Because we are going to make monthly contributions, there’s no need to use the equation for compound interest. Instead we’ll just calculate each month. Then, we’ll take our monthly results, and store the ‘January’ months in a dataframe.

This analysis assumes that interest is compounded monthly, but it’s more likely that your savings account interest is compounded daily.

```
for(i in 2:(pred_years*12)){
savings_vector[i] = (savings_vector[i-1] + monthly_contribution)*(1 + savings_interest/12)
}
year_mon_index = 12 * (1:pred_years) - 11
year_mon_index
## [1] 1 13 25 37 49 61 73 85 97 109 121 133 145 157 169 181 193
## [18] 205 217 229 241 253 265 277 289 301 313 325 337 349
savings = tibble(year = 1:pred_years,
savings_amount = round(savings_vector[year_mon_index],0))
tail(savings)
## # A tibble: 6 x 2
## year savings_amount
## <int> <dbl>
## 1 25 83215
## 2 26 87407
## 3 27 91688
## 4 28 96060
## 5 29 100524
## 6 30 105083
```

### Run Market Simulations

Instead of using the fixed `savings_interest`

, we’ll take a random sample from the market returns for each year. There’s a bit of disconnect here because we are assuming that this interest is compounded yearly… but at the end of the day, it’s really not that big of a difference.
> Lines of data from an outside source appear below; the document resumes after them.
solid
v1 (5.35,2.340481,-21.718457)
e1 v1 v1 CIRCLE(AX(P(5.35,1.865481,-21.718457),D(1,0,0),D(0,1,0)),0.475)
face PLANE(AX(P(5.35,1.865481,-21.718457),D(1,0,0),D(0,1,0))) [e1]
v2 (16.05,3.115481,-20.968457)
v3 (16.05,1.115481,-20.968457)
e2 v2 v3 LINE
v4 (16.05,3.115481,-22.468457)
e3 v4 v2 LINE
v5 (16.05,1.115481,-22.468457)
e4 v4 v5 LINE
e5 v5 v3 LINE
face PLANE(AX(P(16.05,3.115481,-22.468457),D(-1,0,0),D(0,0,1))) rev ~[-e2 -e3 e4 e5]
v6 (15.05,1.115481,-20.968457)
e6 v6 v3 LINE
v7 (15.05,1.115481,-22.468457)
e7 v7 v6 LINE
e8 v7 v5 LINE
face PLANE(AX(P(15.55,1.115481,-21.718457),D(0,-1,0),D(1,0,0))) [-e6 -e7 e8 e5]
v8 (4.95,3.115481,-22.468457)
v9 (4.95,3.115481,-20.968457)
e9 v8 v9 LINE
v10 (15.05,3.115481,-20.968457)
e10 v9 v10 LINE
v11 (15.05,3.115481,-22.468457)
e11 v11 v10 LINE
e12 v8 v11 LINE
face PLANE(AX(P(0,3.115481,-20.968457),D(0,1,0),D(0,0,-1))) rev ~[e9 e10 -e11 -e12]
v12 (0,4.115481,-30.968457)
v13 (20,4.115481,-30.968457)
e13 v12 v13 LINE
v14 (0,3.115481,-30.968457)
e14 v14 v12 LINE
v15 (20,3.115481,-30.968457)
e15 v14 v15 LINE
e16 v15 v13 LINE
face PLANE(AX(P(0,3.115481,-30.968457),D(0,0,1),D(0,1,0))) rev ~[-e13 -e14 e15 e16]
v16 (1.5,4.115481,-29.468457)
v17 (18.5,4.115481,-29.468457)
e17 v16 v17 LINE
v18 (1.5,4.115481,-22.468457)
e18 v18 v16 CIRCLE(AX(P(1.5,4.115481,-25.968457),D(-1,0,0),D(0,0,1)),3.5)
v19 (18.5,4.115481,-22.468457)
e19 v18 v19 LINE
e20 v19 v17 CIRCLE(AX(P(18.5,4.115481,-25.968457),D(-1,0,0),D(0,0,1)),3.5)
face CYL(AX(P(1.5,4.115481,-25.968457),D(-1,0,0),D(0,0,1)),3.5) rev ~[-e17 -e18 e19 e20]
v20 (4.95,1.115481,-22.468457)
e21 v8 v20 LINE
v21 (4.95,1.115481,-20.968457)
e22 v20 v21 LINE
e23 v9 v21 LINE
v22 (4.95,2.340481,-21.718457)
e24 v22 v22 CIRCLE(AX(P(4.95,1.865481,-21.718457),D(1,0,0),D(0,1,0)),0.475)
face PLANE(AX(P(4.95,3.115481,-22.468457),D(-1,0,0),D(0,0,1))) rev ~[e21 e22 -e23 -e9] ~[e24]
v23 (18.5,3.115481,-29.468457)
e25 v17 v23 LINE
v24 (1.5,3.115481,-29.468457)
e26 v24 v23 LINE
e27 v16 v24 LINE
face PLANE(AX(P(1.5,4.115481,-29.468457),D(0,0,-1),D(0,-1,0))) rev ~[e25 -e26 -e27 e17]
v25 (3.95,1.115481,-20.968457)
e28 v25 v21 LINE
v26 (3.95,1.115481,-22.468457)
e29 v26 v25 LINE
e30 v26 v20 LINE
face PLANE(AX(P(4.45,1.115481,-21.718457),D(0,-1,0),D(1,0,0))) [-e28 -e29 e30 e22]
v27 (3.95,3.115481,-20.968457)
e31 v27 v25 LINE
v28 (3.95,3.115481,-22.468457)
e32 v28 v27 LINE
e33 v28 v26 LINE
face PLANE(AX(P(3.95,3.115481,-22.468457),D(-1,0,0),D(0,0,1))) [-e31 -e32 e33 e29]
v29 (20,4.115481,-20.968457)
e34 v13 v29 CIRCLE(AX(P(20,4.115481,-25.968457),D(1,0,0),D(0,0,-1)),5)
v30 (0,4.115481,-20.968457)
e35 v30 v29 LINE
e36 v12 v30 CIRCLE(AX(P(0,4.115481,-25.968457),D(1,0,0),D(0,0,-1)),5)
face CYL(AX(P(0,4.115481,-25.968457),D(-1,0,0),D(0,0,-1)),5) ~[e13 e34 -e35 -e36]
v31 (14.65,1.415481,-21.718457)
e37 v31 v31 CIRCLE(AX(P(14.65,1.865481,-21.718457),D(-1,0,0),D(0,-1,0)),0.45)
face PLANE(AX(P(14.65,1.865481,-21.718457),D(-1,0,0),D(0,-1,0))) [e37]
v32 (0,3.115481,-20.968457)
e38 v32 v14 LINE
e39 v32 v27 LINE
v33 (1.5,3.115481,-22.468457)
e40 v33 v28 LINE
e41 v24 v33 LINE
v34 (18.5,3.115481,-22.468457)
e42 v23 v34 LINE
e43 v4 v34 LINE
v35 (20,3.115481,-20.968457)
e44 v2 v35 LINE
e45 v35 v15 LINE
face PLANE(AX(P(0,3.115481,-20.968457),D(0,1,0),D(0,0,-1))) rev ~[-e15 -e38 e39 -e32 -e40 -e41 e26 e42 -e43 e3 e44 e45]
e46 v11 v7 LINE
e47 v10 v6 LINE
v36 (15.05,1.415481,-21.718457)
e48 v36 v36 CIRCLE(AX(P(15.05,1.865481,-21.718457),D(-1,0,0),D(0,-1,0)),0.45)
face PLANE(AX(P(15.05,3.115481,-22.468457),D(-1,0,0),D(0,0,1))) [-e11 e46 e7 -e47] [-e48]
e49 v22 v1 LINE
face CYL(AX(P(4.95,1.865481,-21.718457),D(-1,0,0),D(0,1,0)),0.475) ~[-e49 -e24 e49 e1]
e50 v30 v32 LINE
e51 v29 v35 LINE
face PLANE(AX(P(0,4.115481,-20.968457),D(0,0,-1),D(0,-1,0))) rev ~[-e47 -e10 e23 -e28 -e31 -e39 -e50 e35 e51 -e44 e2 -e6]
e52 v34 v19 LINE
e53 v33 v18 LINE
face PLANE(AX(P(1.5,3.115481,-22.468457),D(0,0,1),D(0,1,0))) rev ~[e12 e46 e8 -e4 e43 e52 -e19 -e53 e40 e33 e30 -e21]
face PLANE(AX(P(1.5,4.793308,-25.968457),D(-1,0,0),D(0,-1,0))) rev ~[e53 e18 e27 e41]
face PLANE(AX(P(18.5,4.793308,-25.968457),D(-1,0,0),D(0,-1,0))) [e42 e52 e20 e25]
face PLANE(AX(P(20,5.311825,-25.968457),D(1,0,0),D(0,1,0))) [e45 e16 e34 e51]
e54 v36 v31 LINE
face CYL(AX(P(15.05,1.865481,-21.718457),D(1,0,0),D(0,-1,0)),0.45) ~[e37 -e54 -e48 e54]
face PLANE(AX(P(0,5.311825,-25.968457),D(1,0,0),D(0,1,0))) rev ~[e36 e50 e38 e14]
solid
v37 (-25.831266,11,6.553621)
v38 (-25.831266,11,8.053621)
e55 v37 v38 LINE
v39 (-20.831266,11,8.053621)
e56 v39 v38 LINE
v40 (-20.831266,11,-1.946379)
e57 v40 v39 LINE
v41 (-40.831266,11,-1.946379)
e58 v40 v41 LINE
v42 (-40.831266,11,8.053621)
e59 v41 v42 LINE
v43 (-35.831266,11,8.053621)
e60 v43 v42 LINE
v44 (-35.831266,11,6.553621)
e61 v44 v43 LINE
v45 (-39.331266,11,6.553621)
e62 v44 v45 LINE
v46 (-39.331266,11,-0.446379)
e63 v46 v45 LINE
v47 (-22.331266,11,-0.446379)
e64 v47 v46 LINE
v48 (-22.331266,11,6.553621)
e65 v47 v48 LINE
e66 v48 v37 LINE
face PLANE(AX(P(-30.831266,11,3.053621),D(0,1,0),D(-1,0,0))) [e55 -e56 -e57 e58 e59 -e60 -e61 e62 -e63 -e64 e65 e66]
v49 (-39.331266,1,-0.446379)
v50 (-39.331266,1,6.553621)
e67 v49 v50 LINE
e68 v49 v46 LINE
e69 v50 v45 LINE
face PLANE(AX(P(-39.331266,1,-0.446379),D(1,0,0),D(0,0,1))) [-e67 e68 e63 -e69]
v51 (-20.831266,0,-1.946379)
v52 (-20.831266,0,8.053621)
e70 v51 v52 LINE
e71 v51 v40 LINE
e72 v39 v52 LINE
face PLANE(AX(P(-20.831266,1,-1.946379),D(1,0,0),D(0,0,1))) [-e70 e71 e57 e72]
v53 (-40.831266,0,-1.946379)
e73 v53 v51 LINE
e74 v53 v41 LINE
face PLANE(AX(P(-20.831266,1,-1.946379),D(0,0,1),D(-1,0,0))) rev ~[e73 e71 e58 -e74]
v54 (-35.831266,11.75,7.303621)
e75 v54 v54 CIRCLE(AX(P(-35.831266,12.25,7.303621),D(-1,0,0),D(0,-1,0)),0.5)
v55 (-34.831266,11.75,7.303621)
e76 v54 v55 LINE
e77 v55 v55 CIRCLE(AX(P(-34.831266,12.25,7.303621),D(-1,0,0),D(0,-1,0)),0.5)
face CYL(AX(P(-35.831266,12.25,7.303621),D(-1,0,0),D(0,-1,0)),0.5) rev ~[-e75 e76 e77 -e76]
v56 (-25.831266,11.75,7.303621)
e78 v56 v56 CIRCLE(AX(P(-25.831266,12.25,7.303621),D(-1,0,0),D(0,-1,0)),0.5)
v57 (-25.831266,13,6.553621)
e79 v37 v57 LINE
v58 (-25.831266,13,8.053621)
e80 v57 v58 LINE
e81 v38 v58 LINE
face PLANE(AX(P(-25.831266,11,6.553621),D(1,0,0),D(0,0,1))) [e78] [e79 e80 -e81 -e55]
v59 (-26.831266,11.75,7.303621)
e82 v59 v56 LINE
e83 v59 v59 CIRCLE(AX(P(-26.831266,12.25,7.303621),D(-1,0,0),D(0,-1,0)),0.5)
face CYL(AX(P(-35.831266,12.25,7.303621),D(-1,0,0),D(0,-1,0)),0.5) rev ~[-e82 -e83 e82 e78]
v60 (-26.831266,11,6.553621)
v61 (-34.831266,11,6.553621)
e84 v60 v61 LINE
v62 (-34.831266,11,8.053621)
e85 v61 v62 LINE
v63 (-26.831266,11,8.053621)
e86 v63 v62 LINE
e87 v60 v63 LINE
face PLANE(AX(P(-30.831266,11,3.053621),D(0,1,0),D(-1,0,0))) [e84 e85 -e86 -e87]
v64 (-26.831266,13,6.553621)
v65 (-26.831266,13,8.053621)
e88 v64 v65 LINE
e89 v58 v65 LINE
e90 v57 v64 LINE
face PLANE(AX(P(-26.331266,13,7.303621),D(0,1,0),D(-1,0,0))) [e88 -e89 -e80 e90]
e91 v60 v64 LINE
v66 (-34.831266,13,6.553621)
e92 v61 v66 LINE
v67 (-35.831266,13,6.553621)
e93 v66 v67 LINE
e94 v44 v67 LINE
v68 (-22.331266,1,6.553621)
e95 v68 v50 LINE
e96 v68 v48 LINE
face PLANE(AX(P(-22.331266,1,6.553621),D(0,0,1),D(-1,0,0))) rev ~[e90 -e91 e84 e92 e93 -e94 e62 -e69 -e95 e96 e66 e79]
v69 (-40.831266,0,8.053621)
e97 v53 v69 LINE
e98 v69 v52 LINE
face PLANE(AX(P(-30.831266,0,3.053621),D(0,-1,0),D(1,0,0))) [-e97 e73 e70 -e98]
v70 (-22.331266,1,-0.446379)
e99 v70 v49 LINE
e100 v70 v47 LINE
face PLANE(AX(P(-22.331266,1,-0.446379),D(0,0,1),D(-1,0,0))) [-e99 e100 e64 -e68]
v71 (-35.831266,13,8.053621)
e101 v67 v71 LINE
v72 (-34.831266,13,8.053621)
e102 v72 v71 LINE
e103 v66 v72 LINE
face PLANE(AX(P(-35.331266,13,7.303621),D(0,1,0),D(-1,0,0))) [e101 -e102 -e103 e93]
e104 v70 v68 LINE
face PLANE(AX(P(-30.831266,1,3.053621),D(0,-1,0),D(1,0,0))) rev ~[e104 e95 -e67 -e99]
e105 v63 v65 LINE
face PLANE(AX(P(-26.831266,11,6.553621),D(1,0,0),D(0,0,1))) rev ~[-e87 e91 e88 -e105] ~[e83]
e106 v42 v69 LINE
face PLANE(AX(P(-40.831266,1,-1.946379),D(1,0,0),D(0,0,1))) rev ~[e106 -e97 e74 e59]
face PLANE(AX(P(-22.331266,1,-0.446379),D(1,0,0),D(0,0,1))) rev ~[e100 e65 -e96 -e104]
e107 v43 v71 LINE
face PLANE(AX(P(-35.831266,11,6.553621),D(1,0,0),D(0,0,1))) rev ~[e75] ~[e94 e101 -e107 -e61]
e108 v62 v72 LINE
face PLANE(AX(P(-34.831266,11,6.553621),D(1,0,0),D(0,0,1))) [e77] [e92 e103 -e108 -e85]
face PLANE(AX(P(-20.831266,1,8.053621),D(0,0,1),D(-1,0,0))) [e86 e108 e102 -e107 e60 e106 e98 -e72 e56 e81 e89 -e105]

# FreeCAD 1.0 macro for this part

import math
import FreeCAD as App
import Part
import Sketcher
Q = App.Units.Quantity

doc = App.newDocument("Part")
body = doc.addObject("PartDesign::Body", "Body")

# Sketch on XZ plane
sketch1 = body.newObject("Sketcher::SketchObject", "Sketch")
sketch1.AttachmentSupport = (doc.getObject("XZ_Plane"), [""])
sketch1.MapMode = "FlatFace"
sketch1.addGeometry([
    Part.LineSegment(App.Vector(-41, 8, 0), App.Vector(-41, -2, 0)),
    Part.LineSegment(App.Vector(-41, -2, 0), App.Vector(-21, -2, 0)),
    Part.LineSegment(App.Vector(-21, -2, 0), App.Vector(-21, 8, 0)),
    Part.LineSegment(App.Vector(-21, 8, 0), App.Vector(-41, 8, 0)),
], False)
sketch1.addConstraint([
    Sketcher.Constraint("Coincident", 0, 2, 1, 1),
    Sketcher.Constraint("Coincident", 1, 2, 2, 1),
    Sketcher.Constraint("Coincident", 2, 2, 3, 1),
    Sketcher.Constraint("Coincident", 3, 2, 0, 1),
    Sketcher.Constraint("Vertical", 0),
    Sketcher.Constraint("Horizontal", 1),
    Sketcher.Constraint("Vertical", 2),
    Sketcher.Constraint("Horizontal", 3),
    Sketcher.Constraint("DistanceX", 1, 1, 1, 2, Q("20 mm")),
    Sketcher.Constraint("DistanceY", 0, 2, 0, 1, Q("10 mm")),
    Sketcher.Constraint("DistanceY", 0, 2, -1, 1, Q("1.946379 mm")),
    Sketcher.Constraint("DistanceX", 0, 2, -1, 1, Q("40.831266 mm")),
])
pad1 = body.newObject("PartDesign::Pad", "Pad")
pad1.Profile = sketch1
pad1.Length = 1
pad1.Reversed = True

# Sketch on XZ plane
sketch2 = body.newObject("Sketcher::SketchObject", "Sketch001")
sketch2.AttachmentSupport = (doc.getObject("XZ_Plane"), [""])
sketch2.MapMode = "FlatFace"
sketch2.AttachmentOffset = App.Placement(App.Vector(0, 0, -1), App.Rotation())
sketch2.addGeometry([
    Part.LineSegment(App.Vector(-21, 8, 0), App.Vector(-21, -2, 0)),  # 0
    Part.LineSegment(App.Vector(-21, -2, 0), App.Vector(-41, -2, 0)),  # 1
    Part.LineSegment(App.Vector(-41, -2, 0), App.Vector(-41, 8, 0)),  # 2
    Part.LineSegment(App.Vector(-41, 8, 0), App.Vector(-21, 8, 0)),  # 3
    Part.LineSegment(App.Vector(-39, 0, 0), App.Vector(-22, 0, 0)),  # 4
    Part.LineSegment(App.Vector(-22, 0, 0), App.Vector(-22, 7, 0)),  # 5
    Part.LineSegment(App.Vector(-22, 7, 0), App.Vector(-39, 7, 0)),  # 6
    Part.LineSegment(App.Vector(-39, 7, 0), App.Vector(-39, 0, 0)),  # 7
], False)
sketch2.addConstraint([
    Sketcher.Constraint("Coincident", 0, 2, 1, 1),
    Sketcher.Constraint("Coincident", 1, 2, 2, 1),
    Sketcher.Constraint("Coincident", 2, 2, 3, 1),
    Sketcher.Constraint("Coincident", 3, 2, 0, 1),
    Sketcher.Constraint("Coincident", 4, 2, 5, 1),
    Sketcher.Constraint("Coincident", 5, 2, 6, 1),
    Sketcher.Constraint("Coincident", 6, 2, 7, 1),
    Sketcher.Constraint("Coincident", 7, 2, 4, 1),
    Sketcher.Constraint("Vertical", 0),
    Sketcher.Constraint("Horizontal", 1),
    Sketcher.Constraint("Vertical", 2),
    Sketcher.Constraint("Horizontal", 3),
    Sketcher.Constraint("Horizontal", 4),
    Sketcher.Constraint("Vertical", 5),
    Sketcher.Constraint("Horizontal", 6),
    Sketcher.Constraint("Vertical", 7),
    Sketcher.Constraint("DistanceX", 1, 2, 1, 1, Q("20 mm")),
    Sketcher.Constraint("DistanceX", 4, 1, 4, 2, Q("17 mm")),
    Sketcher.Constraint("DistanceY", 0, 2, 0, 1, Q("10 mm")),
    Sketcher.Constraint("DistanceY", 5, 1, 5, 2, Q("7 mm")),
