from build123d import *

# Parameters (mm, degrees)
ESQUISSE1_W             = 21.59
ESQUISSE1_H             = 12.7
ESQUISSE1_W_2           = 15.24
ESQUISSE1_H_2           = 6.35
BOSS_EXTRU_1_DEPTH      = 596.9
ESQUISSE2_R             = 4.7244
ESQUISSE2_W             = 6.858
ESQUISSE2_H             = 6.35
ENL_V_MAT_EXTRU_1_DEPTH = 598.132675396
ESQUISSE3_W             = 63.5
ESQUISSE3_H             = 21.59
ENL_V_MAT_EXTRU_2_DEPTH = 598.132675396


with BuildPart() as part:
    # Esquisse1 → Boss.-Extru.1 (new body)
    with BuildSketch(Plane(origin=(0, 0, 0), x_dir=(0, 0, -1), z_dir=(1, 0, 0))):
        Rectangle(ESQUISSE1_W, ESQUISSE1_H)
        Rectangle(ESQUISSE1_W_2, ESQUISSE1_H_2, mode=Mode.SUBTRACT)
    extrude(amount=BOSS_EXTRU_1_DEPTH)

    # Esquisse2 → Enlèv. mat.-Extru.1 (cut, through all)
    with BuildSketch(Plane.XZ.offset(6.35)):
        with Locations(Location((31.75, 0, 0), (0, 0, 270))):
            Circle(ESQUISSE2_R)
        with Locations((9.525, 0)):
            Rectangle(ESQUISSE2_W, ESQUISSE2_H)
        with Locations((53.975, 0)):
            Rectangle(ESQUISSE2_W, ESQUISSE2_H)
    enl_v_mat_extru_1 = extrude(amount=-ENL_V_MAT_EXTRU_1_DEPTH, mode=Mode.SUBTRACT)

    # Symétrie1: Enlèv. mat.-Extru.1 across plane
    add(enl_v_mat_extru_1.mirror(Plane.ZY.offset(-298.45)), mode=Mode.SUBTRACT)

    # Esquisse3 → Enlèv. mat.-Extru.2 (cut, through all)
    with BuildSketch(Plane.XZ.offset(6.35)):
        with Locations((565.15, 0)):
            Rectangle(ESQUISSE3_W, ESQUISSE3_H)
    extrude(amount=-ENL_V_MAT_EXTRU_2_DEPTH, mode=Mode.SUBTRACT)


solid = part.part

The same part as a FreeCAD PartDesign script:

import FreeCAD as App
import Part
import Sketcher
from FreeCAD import Vector
Q = App.Units.Quantity


def add_polygon(sketch, points):
    """Adds a closed chain of lines whose ends are joined by coincident constraints."""
    first, n = sketch.GeometryCount, len(points)
    for a, b in zip(points, points[1:] + points[:1]):
        sketch.addGeometry(Part.LineSegment(App.Vector(*a, 0), App.Vector(*b, 0)), False)
    for i in range(n):
        sketch.addConstraint(Sketcher.Constraint("Coincident", first + i, 2, first + (i + 1) % n, 1))

doc = App.newDocument("Part")
body = doc.addObject("PartDesign::Body", "Body")

# Sketch on YZ plane
sketch1 = body.newObject("Sketcher::SketchObject", "Sketch")
sketch1.AttachmentSupport = (doc.getObject("YZ_Plane"), [""])
sketch1.MapMode = "FlatFace"
add_polygon(sketch1, [(6, 11), (-6, 11), (-6, -11), (6, -11)])  # lines 0-3
add_polygon(sketch1, [(-3, -8), (-3, 8), (3, 8), (3, -8)])  # lines 4-7
sketch1.addConstraint([
    Sketcher.Constraint("Horizontal", 0),
    Sketcher.Constraint("Vertical", 1),
    Sketcher.Constraint("Horizontal", 2),
    Sketcher.Constraint("Vertical", 3),
    Sketcher.Constraint("Vertical", 4),
    Sketcher.Constraint("Horizontal", 5),
    Sketcher.Constraint("Vertical", 6),
    Sketcher.Constraint("Horizontal", 7),
    Sketcher.Constraint("Symmetric", 0, 2, 2, 2, -1, 1),
    Sketcher.Constraint("Symmetric", 4, 2, 6, 2, -1, 1),
    Sketcher.Constraint("DistanceX", 0, 2, 0, 1, Q("0.5 in")),
    Sketcher.Constraint("DistanceY", 4, 1, 4, 2, Q("0.6 in")),
    Sketcher.Constraint("DistanceX", 5, 1, 5, 2, Q("0.25 in")),
    Sketcher.Constraint("DistanceY", 1, 2, 1, 1, Q("0.85 in")),
])
pad1 = body.newObject("PartDesign::Pad", "Pad")
pad1.Profile = sketch1
pad1.Length = Q("23.5 in")

# Sketch on XZ plane
sketch2 = body.newObject("Sketcher::SketchObject", "Sketch001")
sketch2.AttachmentSupport = (doc.getObject("XZ_Plane"), [""])
sketch2.MapMode = "FlatFace"
sketch2.AttachmentOffset = App.Placement(Vector(0, 0, 0.25 * 25.4), App.Rotation())
sketch2.addGeometry(Part.Circle(Vector(31.8, 0, 0), Vector(0, 0, 1), 4.7), False)  # 0
add_polygon(sketch2, [(6.1, 3.2), (6.1, -3.2), (13, -3.2), (13, 3.2)])  # lines 1-4
add_polygon(sketch2, [(50.5, 3.2), (50.5, -3.2), (57.4, -3.2), (57.4, 3.2)])  # lines 5-8
sketch2.addConstraint([
    Sketcher.Constraint("Vertical", 1),
    Sketcher.Constraint("Horizontal", 2),
    Sketcher.Constraint("Vertical", 3),
    Sketcher.Constraint("Horizontal", 4),
    Sketcher.Constraint("Vertical", 5),
    Sketcher.Constraint("Horizontal", 6),
    Sketcher.Constraint("Vertical", 7),
    Sketcher.Constraint("Horizontal", 8),
    Sketcher.Constraint("PointOnObject", 0, 3, -1),
    Sketcher.Constraint("Horizontal", 2, 2, 5, 2),
    Sketcher.Constraint("Horizontal", 4, 2, 7, 2),
    Sketcher.Constraint("Equal", 4, 6),
    Sketcher.Constraint("Diameter", 0, Q("0.372 in")),
    Sketcher.Constraint("DistanceX", 2, 1, 2, 2, Q("0.27 in")),
    Sketcher.Constraint("DistanceY", 1, 2, 1, 1, Q("0.25 in")),
    Sketcher.Constraint("DistanceX", -1, 1, 0, 3, Q("1.25 in")),
    Sketcher.Constraint("DistanceX", -1, 1, 1, 2, Q("0.24 in")),
    Sketcher.Constraint("DistanceX", -1, 1, 5, 2, Q("1.99 in")),
    Sketcher.Constraint("DistanceY", 1, 2, -1, 1, Q("0.125 in")),
])
pocket1 = body.newObject("PartDesign::Pocket", "Pocket")
pocket1.Profile = sketch2
pocket1.Type = "ThroughAll"
doc.recompute()

datumplane = body.newObject("PartDesign::Plane", "DatumPlane")
datumplane.AttachmentSupport = (doc.getObject("YZ_Plane"), [""])
datumplane.MapMode = "FlatFace"
datumplane.AttachmentOffset = App.Placement(Vector(0, 0, 11.75 * 25.4), App.Rotation())
mirrored = body.newObject("PartDesign::Mirrored", "Mirrored")
mirrored.Originals = [pocket1]
mirrored.MirrorPlane = (datumplane, [""])
body.Tip = mirrored

# Sketch on XZ plane
sketch3 = body.newObject("Sketcher::SketchObject", "Sketch002")
sketch3.AttachmentSupport = (doc.getObject("XZ_Plane"), [""])
sketch3.MapMode = "FlatFace"
sketch3.AttachmentOffset = App.Placement(Vector(0, 0, 0.25 * 25.4), App.Rotation())
add_polygon(sketch3, [(533, 11), (533, -11), (597, -11), (597, 11)])  # lines 0-3
sketch3.addConstraint([
    Sketcher.Constraint("Vertical", 0),
    Sketcher.Constraint("Horizontal", 1),
    Sketcher.Constraint("Vertical", 2),
    Sketcher.Constraint("Horizontal", 3),
    Sketcher.Constraint("DistanceX", 1, 1, 1, 2, Q("2.5 in")),
    Sketcher.Constraint("DistanceX", -1, 1, 0, 2, Q("21 in")),
    Sketcher.Constraint("DistanceY", 0, 2, 0, 1, Q("0.85 in")),
    Sketcher.Constraint("DistanceY", 0, 2, -1, 1, Q("0.425 in")),
])
pocket2 = body.newObject("PartDesign::Pocket", "Pocket001")
pocket2.Profile = sketch3
pocket2.Type = "ThroughAll"

doc.recompute()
(You’ll have to take my word for it, but I don’t think it’s a good idea to add in an error term, \(\varepsilon \sim N(0,\sigma)\), to our simulation. Once again, I find that it over-smooths the results. Perhaps adding in an error term would be useful if you were doing more formal, hierarchical modeling and could find a nice small standard deviation for \(\varepsilon \sim N(0,\sigma)\).)

```
random_investing = tibble(simulation = as.factor(sort(rep(1:how_many_simulations,pred_years))),
year = rep(1:pred_years,how_many_simulations),
value = 0)
for(j in 1:how_many_simulations){
for (i in 2:pred_years){
market_vector[i] = (market_vector[i-1] + monthly_contribution*12)*(1+ sample(sp_500$returns, 1))
}
random_investing[random_investing$simulation==j,3] = market_vector
}
head(random_investing)
## # A tibble: 6 x 3
## simulation year value
## <fct> <int> <dbl>
## 1 1 1 5000
## 2 1 2 9872.
## 3 1 3 16137.
## 4 1 4 17963.
## 5 1 5 24639.
## 6 1 6 17034.
```

### Plot Results

Now, let’s plot the results of our simulations and savings account.

```
ggplot(data = random_investing, aes(x = year, y = value)) +
geom_line(aes(group = simulation, color = "Market \nSimulation")) +
stat_summary(fun.y = "median", geom = "line", aes(color = "Simulation \nMedian"), size = 1.1)+
geom_line(data = savings, aes(x = year, y = savings_amount, color = "Savings"), size = 1.5) +
labs(title = "Simulated Account Balance", y = "Account Value") +
scale_y_continuous(labels = function(l){ trans = l/1000; paste0(trans,"K")}) +
scale_color_manual("", values = c("Savings" = "red",
"Market \nSimulation" = "black",
"Simulation \nMedian" = "blue"))
```

## Conclusion

So, yes, investing in an index fund has higher returns in the long run, but that assumes that previous market conditions are the norm and will continue. It is interesting that there are some scenarios below the savings line, and there are only a few extremely high values.